Low muscle mass was defined using a cohort-relative percentile rather than externally validated or functional criteria, which may classify a fixed proportion of patients by design. The proposed Metabolic–Muscle Index is an exploratory, ad hoc composite derived from the same dataset, lacking biological optimization and internal or external validation; its performance should therefore be regarded as hypothesis-generating.

Several relevant confounders influencing weaning outcomes were not systematically collected or adjusted for, including duration of mechanical ventilation before the spontaneous breathing trial, cumulative sedative or neuromuscular blocker exposure, fluid balance, cardiopulmonary comorbidities, and diaphragmatic function. Residual confounding cannot be excluded, and associations should not be interpreted as causal. Initiation of noninvasive ventilation or high-flow nasal oxygen may also reflect institutional practice patterns.

Ultrasound measurements were performed by a single operator without formal intra-rater reliability testing, and muscle thickness was assessed at a single time point, precluding evaluation of longitudinal muscle loss or differentiation between acute ICU-acquired wasting and pre-existing low muscle mass. Only 11 mortality events were observed, limiting the stability of mortality-related ROC estimates.

Published absolute cut-off values for rectus femoris thickness vary widely across studies, reflecting heterogeneity in patient populations, illness severity, timing of assessment, and ultrasound methodology. Mean rectus femoris thickness in our cohort was below several previously proposed thresholds; however, this does not imply universal sarcopenia, and highlights the limitations of applying absolute cut-offs across different ICU populations.

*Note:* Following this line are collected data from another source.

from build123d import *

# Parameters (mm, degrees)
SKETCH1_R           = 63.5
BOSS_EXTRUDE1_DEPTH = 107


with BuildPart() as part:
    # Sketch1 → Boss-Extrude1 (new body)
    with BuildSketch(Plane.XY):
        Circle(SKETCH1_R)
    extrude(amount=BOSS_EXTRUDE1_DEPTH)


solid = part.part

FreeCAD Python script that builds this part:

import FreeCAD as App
import Part
import Sketcher
from FreeCAD import Vector

doc = App.newDocument("Part")
params = doc.addObject("Spreadsheet::Sheet", "Params")
for row, (alias, value) in enumerate([
    ("sketch1_diameter", "127 mm"),
    ("pad1_length", "107 mm"),
], start=1):
    params.set(f"A{row}", alias)
    params.set(f"B{row}", "=" + value)
    params.setAlias(f"B{row}", alias)

body = doc.addObject("PartDesign::Body", "Body")

# Sketch on XY plane
sketch1 = body.newObject("Sketcher::SketchObject", "Sketch")
sketch1.AttachmentSupport = (doc.getObject("XY_Plane"), [""])
sketch1.MapMode = "FlatFace"
sketch1.addGeometry(Part.Circle(Vector(0, 0, 0), Vector(0, 0, 1), 64), False)
sketch1.addConstraint(Sketcher.Constraint("Coincident", 0, 3, -1, 1))
sketch1.addConstraint(Sketcher.Constraint("Diameter", 0, 127.0))
sketch1.setExpression("Constraints[1]", "Params.sketch1_diameter")
pad1 = body.newObject("PartDesign::Pad", "Pad")
pad1.Profile = sketch1
pad1.setExpression("Length", "Params.pad1_length")

doc.recompute()
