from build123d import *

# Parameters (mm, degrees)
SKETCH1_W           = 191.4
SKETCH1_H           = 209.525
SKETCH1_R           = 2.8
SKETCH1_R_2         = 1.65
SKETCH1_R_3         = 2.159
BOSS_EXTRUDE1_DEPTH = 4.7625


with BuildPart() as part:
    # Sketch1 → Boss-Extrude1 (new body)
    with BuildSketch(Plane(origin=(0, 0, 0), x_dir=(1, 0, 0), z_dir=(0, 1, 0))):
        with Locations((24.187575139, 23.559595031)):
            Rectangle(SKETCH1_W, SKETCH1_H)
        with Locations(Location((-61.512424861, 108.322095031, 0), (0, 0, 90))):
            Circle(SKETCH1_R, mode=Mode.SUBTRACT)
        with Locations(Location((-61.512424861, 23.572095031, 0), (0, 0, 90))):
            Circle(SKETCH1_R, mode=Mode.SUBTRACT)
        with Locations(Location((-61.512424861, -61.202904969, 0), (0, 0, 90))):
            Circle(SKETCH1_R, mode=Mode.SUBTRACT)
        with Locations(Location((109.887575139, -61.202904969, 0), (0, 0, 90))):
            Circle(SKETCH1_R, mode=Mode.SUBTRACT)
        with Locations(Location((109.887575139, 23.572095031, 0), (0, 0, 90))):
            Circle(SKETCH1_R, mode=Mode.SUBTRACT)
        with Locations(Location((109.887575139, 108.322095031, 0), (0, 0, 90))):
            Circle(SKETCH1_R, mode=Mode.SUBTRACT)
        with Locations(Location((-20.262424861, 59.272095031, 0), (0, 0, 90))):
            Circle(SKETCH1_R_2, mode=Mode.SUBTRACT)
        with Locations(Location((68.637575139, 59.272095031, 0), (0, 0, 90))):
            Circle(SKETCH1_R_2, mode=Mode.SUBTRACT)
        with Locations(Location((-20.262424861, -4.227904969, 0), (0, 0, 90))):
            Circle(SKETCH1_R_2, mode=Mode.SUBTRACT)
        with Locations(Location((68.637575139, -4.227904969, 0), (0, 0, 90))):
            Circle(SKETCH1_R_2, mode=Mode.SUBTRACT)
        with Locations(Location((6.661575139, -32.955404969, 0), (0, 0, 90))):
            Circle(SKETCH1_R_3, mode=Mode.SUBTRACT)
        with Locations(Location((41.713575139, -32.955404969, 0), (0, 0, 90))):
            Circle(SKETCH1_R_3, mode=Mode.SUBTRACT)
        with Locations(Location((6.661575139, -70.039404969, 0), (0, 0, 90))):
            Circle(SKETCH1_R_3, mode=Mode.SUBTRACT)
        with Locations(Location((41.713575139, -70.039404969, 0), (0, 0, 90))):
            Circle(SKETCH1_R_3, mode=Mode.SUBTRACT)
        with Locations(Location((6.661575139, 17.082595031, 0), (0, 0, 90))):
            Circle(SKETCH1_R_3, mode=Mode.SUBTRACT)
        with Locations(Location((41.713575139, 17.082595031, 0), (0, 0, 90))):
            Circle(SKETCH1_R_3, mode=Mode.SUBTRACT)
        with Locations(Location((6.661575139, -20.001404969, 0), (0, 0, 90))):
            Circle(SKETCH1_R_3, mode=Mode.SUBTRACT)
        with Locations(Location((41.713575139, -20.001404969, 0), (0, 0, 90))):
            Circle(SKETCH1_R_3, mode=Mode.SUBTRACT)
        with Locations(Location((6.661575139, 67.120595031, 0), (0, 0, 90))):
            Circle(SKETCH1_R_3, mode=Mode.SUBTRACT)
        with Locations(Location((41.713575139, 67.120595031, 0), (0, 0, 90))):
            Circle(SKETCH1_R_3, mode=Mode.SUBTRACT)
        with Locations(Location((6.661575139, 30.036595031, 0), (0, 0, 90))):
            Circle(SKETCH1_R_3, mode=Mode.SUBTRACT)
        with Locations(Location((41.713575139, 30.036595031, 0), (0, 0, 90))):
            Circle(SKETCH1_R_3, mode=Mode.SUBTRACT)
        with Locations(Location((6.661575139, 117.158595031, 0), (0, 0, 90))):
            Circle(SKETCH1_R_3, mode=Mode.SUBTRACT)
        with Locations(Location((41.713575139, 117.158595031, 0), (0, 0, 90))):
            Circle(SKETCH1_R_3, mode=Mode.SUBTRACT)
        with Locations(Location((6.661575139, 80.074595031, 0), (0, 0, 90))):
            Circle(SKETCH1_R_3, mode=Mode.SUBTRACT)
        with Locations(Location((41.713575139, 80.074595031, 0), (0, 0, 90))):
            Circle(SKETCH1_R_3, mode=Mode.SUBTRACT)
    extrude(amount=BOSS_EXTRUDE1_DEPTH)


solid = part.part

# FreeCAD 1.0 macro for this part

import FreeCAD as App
import Part
import Sketcher

V = App.Vector

doc = App.newDocument("Part")
body = doc.addObject("PartDesign::Body", "Body")

# Sketch on XZ plane
sketch1 = body.newObject("Sketcher::SketchObject", "Sketch")
sketch1.AttachmentSupport = (doc.getObject("XZ_Plane"), [""])
sketch1.MapMode = "FlatFace"
sketch1.addGeometry([
    Part.LineSegment(V(-71.5, -128.3, 0), V(-71.5, 81.2, 0)),  # 0
    Part.LineSegment(V(-71.5, 81.2, 0), V(119.9, 81.2, 0)),  # 1
    Part.LineSegment(V(119.9, 81.2, 0), V(119.9, -128.3, 0)),  # 2
    Part.LineSegment(V(119.9, -128.3, 0), V(-71.5, -128.3, 0)),  # 3
    Part.Circle(V(-61.5, 61.2, 0), V(0, 0, 1), 2.8),  # 4
    Part.Circle(V(6.7, 70, 0), V(0, 0, 1), 2.2),  # 5
    Part.Circle(V(6.7, 33, 0), V(0, 0, 1), 2.2),  # 6
    Part.Circle(V(-20.3, 4.2, 0), V(0, 0, 1), 1.6),  # 7
    Part.Circle(V(6.7, 20, 0), V(0, 0, 1), 2.2),  # 8
    Part.Circle(V(6.7, -17.1, 0), V(0, 0, 1), 2.2),  # 9
    Part.Circle(V(41.7, 70, 0), V(0, 0, 1), 2.2),  # 10
    Part.Circle(V(41.7, 33, 0), V(0, 0, 1), 2.2),  # 11
    Part.Circle(V(109.9, 61.2, 0), V(0, 0, 1), 2.8),  # 12
    Part.Circle(V(41.7, 20, 0), V(0, 0, 1), 2.2),  # 13
    Part.Circle(V(41.7, -17.1, 0), V(0, 0, 1), 2.2),  # 14
    Part.Circle(V(68.6, 4.2, 0), V(0, 0, 1), 1.6),  # 15
    Part.Circle(V(-61.5, -23.6, 0), V(0, 0, 1), 2.8),  # 16
    Part.Circle(V(-20.3, -59.3, 0), V(0, 0, 1), 1.6),  # 17
    Part.Circle(V(6.7, -30, 0), V(0, 0, 1), 2.2),  # 18
    Part.Circle(V(6.7, -67.1, 0), V(0, 0, 1), 2.2),  # 19
    Part.Circle(V(-61.5, -108.3, 0), V(0, 0, 1), 2.8),  # 20
    Part.Circle(V(6.7, -80.1, 0), V(0, 0, 1), 2.2),  # 21
    Part.Circle(V(6.7, -117.2, 0), V(0, 0, 1), 2.2),  # 22
    Part.Circle(V(41.7, -30, 0), V(0, 0, 1), 2.2),  # 23
    Part.Circle(V(41.7, -67.1, 0), V(0, 0, 1), 2.2),  # 24
    Part.Circle(V(109.9, -23.6, 0), V(0, 0, 1), 2.8),  # 25
    Part.Circle(V(68.6, -59.3, 0), V(0, 0, 1), 1.6),  # 26
    Part.Circle(V(41.7, -80.1, 0), V(0, 0, 1), 2.2),  # 27
    Part.Circle(V(41.7, -117.2, 0), V(0, 0, 1), 2.2),  # 28
    Part.Circle(V(109.9, -108.3, 0), V(0, 0, 1), 2.8),  # 29
], False)
sketch1.addConstraint([
    Sketcher.Constraint("Coincident", 0, 2, 1, 1),
    Sketcher.Constraint("Coincident", 1, 2, 2, 1),
    Sketcher.Constraint("Coincident", 2, 2, 3, 1),
    Sketcher.Constraint("Coincident", 3, 2, 0, 1),
    Sketcher.Constraint("Vertical", 0),
    Sketcher.Constraint("Horizontal", 1),
    Sketcher.Constraint("Vertical", 2),
    Sketcher.Constraint("Horizontal", 3),
    Sketcher.Constraint("Equal", 5, 6),
    Sketcher.Constraint("Equal", 6, 8),
    Sketcher.Constraint("Equal", 8, 9),
    Sketcher.Constraint("Equal", 9, 10),
    Sketcher.Constraint("Equal", 10, 11),
    Sketcher.Constraint("Equal", 4, 12),
    Sketcher.Constraint("Equal", 11, 13),
    Sketcher.Constraint("Equal", 13, 14),
    Sketcher.Constraint("Equal", 7, 15),
    Sketcher.Constraint("Equal", 12, 16),
    Sketcher.Constraint("Equal", 15, 17),
    Sketcher.Constraint("Equal", 14, 18),
    Sketcher.Constraint("Equal", 18, 19),
    Sketcher.Constraint("Equal", 16, 20),
    Sketcher.Constraint("Equal", 19, 21),
    Sketcher.Constraint("Equal", 21, 22),
    Sketcher.Constraint("Equal", 22, 23),
    Sketcher.Constraint("Equal", 23, 24),
    Sketcher.Constraint("Equal", 20, 25),
    Sketcher.Constraint("Equal", 17, 26),
    Sketcher.Constraint("Equal", 24, 27),
    Sketcher.Constraint("Equal", 27, 28),
    Sketcher.Constraint("Equal", 25, 29),
    Sketcher.Constraint("Horizontal", 5, 3, 10, 3),
    Sketcher.Constraint("Horizontal", 6, 3, 11, 3),
    Sketcher.Constraint("Horizontal", 4, 3, 12, 3),
    Sketcher.Constraint("Horizontal", 8, 3, 13, 3),
    Sketcher.Constraint("Horizontal", 9, 3, 14, 3),
    Sketcher.Constraint("Horizontal", 7, 3, 15, 3),
    Sketcher.Constraint("Horizontal", 18, 3, 23, 3),
    Sketcher.Constraint("Horizontal", 19, 3, 24, 3),
    Sketcher.Constraint("Horizontal", 16, 3, 25, 3),
    Sketcher.Constraint("Horizontal", 17, 3, 26, 3),
    Sketcher.Constraint("Horizontal", 21, 3, 27, 3),
    Sketcher.Constraint("Horizontal", 22, 3, 28, 3),
    Sketcher.Constraint("Horizontal", 20, 3, 29, 3),
    Sketcher.Constraint("Vertical", 5, 3, 6, 3),
    Sketcher.Constraint("Vertical", 6, 3, 8, 3),
    Sketcher.Constraint("Vertical", 8, 3, 9, 3),
    Sketcher.Constraint("Vertical", 10, 3, 11, 3),
    Sketcher.Constraint("Vertical", 11, 3, 13, 3),
    Sketcher.Constraint("Vertical", 13, 3, 14, 3),
    Sketcher.Constraint("Vertical", 4, 3, 16, 3),
    Sketcher.Constraint("Vertical", 7, 3, 17, 3),
    Sketcher.Constraint("Vertical", 9, 3, 18, 3),
    Sketcher.Constraint("Vertical", 18, 3, 19, 3),
    Sketcher.Constraint("Vertical", 16, 3, 20, 3),
    Sketcher.Constraint("Vertical", 19, 3, 21, 3),
    Sketcher.Constraint("Vertical", 21, 3, 22, 3),
    Sketcher.Constraint("Vertical", 14, 3, 23, 3),
    Sketcher.Constraint("Vertical", 23, 3, 24, 3),
    Sketcher.Constraint("Vertical", 12, 3, 25, 3),
    Sketcher.Constraint("Vertical", 15, 3, 26, 3),
    Sketcher.Constraint("Vertical", 24, 3, 27, 3),
    Sketcher.Constraint("Vertical", 27, 3, 28, 3),
    Sketcher.Constraint("Vertical", 25, 3, 29, 3),
    Sketcher.Constraint("Diameter", 4, 5.6),
    Sketcher.Constraint("Diameter", 7, 3.3),
    Sketcher.Constraint("Diameter", 5, 4.318),
    Sketcher.Constraint("DistanceX", 1, 1, 1, 2, 191.4),
    Sketcher.Constraint("DistanceX", 0, 2, 4, 3, 10.0),
    Sketcher.Constraint("DistanceY", 4, 3, 0, 2, 20.0),
    Sketcher.Constraint("DistanceX", 12, 3, 1, 2, 10.0),
    Sketcher.Constraint("DistanceY", 2, 2, 29, 3, 20.0),
    Sketcher.Constraint("DistanceY", 16, 3, 7, 3, 27.8),
    Sketcher.Constraint("DistanceY", 17, 3, 16, 3, 35.7),
    Sketcher.Constraint("DistanceY", 0, 1, 0, 2, 209.525),
    Sketcher.Constraint("DistanceX", 4, 3, 7, 3, 41.25),
    Sketcher.Constraint("DistanceY", 20, 3, 17, 3, 49.05),
    Sketcher.Constraint("DistanceX", 15, 3, 25, 3, 41.25),
    Sketcher.Constraint("DistanceX", 4, 3, 5, 3, 68.174),
    Sketcher.Constraint("DistanceY", 6, 3, 5, 3, 37.084),
    Sketcher.Constraint("DistanceY", 8, 3, 6, 3, 12.954),
    Sketcher.Constraint("DistanceY", 9, 3, 8, 3, 37.084),
    Sketcher.Constraint("DistanceX", 5, 3, 10, 3, 35.052),
    Sketcher.Constraint("DistanceY", 18, 3, 9, 3, 12.954),
    Sketcher.Constraint("DistanceY", 19, 3, 18, 3, 37.084),
    Sketcher.Constraint("DistanceY", 21, 3, 19, 3, 12.954),
    Sketcher.Constraint("DistanceY", 22, 3, 21, 3, 37.084),
    Sketcher.Constraint("DistanceY", 4, 3, 5, 3, 8.8365),
    Sketcher.Constraint("DistanceX", 4, 3, -1, 1, 61.512425),
    Sketcher.Constraint("DistanceY", -1, 1, 4, 3, 61.202905),
])
pad1 = body.newObject("PartDesign::Pad", "Pad")
pad1.Profile = sketch1
pad1.Length = 4.7625
pad1.Reversed = True

doc.recompute()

Finally, this retrospective single-center study may limit generalizability to other settings. Importantly, biomarker-guided weaning strategies were not evaluated, and no conclusions can be drawn regarding the impact of BUN/Cr or composite indices on clinical decision-making or patient outcomes.

6. Future Directions

Prospective multicenter studies incorporating serial BUN/Cr measurements, functional muscle assessment, and standardized weaning definitions are needed to validate these findings and determine whether dynamic changes in metabolic and muscle markers provide incremental information regarding readiness for extubation.

7. Conclusions

An elevated BUN/Creatinine ratio was associated with weaning failure and short-term mortality in mechanically ventilated patients, and correlated with lower rectus femoris thickness in this cohort. These findings suggest a conceptual association between biochemical and ultrasound-based structural markers during ventilator liberation; however, they should be interpreted as hypothesis-generating given the retrospective single-center design, limited event counts, and lack of internal/external validation. Future prospective multicenter studies are needed to determine whether integrating such markers into weaning assessments improves clinical outcomes.